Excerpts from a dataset
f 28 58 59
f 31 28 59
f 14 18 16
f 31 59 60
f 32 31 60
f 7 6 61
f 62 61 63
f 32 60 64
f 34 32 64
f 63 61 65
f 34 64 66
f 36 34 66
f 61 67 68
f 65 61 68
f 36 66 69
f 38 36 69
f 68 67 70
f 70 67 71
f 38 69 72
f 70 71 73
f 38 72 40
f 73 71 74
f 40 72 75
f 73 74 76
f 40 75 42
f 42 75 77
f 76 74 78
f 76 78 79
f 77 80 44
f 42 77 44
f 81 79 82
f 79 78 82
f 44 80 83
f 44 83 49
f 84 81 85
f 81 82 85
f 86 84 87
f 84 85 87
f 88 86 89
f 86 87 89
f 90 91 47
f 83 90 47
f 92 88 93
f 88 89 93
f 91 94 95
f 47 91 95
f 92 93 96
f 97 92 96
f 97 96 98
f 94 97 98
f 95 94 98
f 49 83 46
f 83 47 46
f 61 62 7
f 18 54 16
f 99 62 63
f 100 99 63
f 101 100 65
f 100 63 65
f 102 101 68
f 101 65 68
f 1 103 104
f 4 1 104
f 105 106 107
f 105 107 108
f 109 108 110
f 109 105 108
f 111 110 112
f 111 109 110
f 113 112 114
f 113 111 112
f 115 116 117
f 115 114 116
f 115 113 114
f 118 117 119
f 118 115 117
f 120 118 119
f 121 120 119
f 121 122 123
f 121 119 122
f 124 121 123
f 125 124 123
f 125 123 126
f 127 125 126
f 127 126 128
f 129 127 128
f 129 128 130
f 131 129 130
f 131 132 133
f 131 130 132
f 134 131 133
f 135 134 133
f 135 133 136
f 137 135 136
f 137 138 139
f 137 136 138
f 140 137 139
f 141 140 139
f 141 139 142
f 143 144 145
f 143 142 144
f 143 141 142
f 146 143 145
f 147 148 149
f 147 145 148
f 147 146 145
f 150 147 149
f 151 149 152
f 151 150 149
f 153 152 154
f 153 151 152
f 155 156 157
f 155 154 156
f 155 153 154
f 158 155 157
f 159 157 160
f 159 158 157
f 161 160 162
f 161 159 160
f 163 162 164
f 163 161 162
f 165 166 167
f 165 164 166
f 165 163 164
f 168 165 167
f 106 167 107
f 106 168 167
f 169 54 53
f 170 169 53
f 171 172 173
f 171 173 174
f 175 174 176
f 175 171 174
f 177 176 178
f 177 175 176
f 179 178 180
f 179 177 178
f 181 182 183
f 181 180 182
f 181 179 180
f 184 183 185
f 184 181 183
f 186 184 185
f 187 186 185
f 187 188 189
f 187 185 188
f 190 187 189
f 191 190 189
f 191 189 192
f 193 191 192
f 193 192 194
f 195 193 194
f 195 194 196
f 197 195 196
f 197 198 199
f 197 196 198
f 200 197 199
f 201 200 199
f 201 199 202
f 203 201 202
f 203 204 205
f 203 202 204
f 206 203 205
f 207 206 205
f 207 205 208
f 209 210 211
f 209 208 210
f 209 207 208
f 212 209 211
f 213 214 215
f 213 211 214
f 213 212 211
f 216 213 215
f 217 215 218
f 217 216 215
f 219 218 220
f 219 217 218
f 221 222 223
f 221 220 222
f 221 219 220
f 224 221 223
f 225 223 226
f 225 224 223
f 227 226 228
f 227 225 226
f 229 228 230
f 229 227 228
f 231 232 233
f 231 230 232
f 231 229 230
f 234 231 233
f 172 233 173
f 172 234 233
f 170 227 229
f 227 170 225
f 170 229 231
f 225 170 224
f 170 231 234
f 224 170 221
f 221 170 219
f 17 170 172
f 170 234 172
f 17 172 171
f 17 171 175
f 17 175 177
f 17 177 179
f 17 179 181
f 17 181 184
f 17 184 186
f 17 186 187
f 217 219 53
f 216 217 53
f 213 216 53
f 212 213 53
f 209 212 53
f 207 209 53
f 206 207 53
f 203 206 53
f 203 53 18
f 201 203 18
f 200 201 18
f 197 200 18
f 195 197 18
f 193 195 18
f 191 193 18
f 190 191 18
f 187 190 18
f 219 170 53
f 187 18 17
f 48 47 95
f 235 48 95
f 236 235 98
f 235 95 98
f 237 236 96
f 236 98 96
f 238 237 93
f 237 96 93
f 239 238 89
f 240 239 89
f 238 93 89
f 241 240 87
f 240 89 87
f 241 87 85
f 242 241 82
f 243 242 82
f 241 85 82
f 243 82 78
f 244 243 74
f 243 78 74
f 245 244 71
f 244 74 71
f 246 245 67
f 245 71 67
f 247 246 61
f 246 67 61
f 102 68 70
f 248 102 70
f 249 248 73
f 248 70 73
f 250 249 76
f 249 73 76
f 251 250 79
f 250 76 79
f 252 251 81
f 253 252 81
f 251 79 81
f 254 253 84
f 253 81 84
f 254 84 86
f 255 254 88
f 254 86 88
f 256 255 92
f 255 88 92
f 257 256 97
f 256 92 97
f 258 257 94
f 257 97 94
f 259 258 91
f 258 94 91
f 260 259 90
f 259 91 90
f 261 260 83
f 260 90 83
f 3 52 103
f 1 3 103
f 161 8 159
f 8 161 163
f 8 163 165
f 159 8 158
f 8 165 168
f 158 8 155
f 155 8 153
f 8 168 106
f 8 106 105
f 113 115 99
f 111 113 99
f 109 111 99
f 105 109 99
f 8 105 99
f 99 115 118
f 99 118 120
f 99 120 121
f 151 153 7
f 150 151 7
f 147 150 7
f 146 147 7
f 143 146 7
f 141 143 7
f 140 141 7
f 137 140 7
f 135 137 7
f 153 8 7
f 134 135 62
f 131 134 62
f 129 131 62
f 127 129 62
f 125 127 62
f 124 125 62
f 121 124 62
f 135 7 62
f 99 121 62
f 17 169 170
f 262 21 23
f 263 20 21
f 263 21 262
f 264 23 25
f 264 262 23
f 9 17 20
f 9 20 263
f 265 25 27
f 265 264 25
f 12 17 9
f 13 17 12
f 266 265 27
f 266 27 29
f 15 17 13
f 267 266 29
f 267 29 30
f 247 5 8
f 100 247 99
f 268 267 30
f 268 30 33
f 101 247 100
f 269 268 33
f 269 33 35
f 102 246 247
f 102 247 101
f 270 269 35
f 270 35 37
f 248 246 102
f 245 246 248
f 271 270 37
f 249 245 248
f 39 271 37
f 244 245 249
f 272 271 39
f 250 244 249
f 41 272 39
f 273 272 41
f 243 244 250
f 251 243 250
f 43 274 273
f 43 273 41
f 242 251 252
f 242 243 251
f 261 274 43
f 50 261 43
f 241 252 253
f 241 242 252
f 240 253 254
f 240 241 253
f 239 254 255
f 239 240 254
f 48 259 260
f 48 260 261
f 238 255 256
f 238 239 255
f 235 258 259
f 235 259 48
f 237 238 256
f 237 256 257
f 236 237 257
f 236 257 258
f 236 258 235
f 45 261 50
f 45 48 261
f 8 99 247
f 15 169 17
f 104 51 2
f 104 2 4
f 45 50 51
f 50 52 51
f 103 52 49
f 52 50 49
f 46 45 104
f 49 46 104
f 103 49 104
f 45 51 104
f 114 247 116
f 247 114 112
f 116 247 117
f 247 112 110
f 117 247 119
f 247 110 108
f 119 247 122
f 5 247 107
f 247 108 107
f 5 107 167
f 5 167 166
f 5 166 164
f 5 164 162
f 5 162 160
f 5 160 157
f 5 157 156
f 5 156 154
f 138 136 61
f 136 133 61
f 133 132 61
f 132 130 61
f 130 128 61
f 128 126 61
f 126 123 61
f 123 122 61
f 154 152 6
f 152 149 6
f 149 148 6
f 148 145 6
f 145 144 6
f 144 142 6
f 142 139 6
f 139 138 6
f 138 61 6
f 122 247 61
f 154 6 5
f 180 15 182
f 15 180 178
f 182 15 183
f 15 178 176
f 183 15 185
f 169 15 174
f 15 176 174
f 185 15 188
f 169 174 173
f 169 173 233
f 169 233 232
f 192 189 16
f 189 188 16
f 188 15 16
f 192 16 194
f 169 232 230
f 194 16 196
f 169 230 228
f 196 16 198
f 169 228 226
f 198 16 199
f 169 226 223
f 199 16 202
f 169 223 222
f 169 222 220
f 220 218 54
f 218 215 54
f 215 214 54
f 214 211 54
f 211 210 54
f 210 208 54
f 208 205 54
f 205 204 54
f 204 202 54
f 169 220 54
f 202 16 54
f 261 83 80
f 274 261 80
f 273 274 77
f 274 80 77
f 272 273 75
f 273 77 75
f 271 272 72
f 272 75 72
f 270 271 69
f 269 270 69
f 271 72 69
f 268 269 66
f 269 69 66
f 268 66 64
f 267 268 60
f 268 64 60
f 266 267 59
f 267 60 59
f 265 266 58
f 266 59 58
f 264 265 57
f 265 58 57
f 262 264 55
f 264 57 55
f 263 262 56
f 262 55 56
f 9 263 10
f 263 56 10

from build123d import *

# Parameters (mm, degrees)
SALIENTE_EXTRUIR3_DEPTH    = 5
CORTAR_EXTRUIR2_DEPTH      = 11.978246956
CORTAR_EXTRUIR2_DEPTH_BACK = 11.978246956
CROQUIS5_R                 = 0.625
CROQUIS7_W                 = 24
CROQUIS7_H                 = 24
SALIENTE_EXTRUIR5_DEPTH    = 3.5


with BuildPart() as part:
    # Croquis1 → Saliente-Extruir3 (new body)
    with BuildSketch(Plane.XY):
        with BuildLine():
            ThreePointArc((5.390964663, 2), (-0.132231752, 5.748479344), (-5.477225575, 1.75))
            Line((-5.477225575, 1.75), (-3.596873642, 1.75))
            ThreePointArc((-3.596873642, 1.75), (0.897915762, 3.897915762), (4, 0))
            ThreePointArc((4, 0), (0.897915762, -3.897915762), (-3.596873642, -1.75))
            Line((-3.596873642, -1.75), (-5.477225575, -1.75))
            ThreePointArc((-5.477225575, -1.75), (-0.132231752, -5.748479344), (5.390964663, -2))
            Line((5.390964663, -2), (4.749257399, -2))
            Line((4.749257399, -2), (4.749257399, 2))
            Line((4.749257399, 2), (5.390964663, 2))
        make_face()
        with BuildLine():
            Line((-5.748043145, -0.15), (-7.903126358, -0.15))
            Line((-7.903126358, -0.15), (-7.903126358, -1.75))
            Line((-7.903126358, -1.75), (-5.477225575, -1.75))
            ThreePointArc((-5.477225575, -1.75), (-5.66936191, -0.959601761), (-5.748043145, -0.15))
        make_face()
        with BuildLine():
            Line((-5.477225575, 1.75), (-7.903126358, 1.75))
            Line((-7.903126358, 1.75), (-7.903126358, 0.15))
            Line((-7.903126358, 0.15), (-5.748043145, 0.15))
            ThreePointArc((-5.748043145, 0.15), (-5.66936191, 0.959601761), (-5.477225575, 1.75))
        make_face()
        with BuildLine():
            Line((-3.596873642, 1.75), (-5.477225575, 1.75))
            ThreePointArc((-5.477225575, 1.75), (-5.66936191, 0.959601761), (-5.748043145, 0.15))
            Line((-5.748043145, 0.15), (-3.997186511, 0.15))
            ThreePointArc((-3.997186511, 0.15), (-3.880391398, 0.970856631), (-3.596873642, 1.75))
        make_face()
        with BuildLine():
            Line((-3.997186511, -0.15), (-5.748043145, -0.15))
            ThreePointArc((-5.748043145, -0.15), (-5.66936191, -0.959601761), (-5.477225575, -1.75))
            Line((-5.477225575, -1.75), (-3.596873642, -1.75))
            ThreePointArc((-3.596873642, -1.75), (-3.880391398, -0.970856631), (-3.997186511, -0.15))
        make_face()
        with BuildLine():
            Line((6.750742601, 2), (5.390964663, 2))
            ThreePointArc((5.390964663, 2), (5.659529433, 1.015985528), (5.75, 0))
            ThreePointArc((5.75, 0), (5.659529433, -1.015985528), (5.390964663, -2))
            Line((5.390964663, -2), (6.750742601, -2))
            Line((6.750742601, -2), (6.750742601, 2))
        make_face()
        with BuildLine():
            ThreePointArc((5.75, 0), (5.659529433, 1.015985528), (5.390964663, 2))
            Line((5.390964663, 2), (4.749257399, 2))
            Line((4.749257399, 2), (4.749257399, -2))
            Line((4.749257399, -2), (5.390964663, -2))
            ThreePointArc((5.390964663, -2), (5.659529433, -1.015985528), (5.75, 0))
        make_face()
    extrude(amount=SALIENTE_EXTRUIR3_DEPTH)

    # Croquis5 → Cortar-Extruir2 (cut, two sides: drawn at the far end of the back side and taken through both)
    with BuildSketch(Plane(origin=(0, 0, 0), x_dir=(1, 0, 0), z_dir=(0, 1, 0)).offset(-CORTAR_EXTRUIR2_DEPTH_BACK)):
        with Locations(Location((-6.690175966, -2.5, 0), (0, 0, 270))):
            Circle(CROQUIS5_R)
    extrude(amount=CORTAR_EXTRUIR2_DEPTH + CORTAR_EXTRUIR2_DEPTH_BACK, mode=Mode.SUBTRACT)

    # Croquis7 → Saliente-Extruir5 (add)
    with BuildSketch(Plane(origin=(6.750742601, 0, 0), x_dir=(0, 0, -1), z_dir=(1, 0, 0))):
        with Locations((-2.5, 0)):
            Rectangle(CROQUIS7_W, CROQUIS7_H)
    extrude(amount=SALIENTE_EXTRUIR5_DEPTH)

▶ _Task brief_:
Every line above from the line with "f 265 25 27" to the line with "f 48 260 261", inclusive, must be returned exactly; no other line belongs in the reply.

▶ _Problem solution_:
f 265 25 27
f 265 264 25
f 12 17 9
f 13 17 12
f 266 265 27
f 266 27 29
f 15 17 13
f 267 266 29
f 267 29 30
f 247 5 8
f 100 247 99
f 268 267 30
f 268 30 33
f 101 247 100
f 269 268 33
f 269 33 35
f 102 246 247
f 102 247 101
f 270 269 35
f 270 35 37
f 248 246 102
f 245 246 248
f 271 270 37
f 249 245 248
f 39 271 37
f 244 245 249
f 272 271 39
f 250 244 249
f 41 272 39
f 273 272 41
f 243 244 250
f 251 243 250
f 43 274 273
f 43 273 41
f 242 251 252
f 242 243 251
f 261 274 43
f 50 261 43
f 241 252 253
f 241 242 252
f 240 253 254
f 240 241 253
f 239 254 255
f 239 240 254
f 48 259 260
f 48 260 261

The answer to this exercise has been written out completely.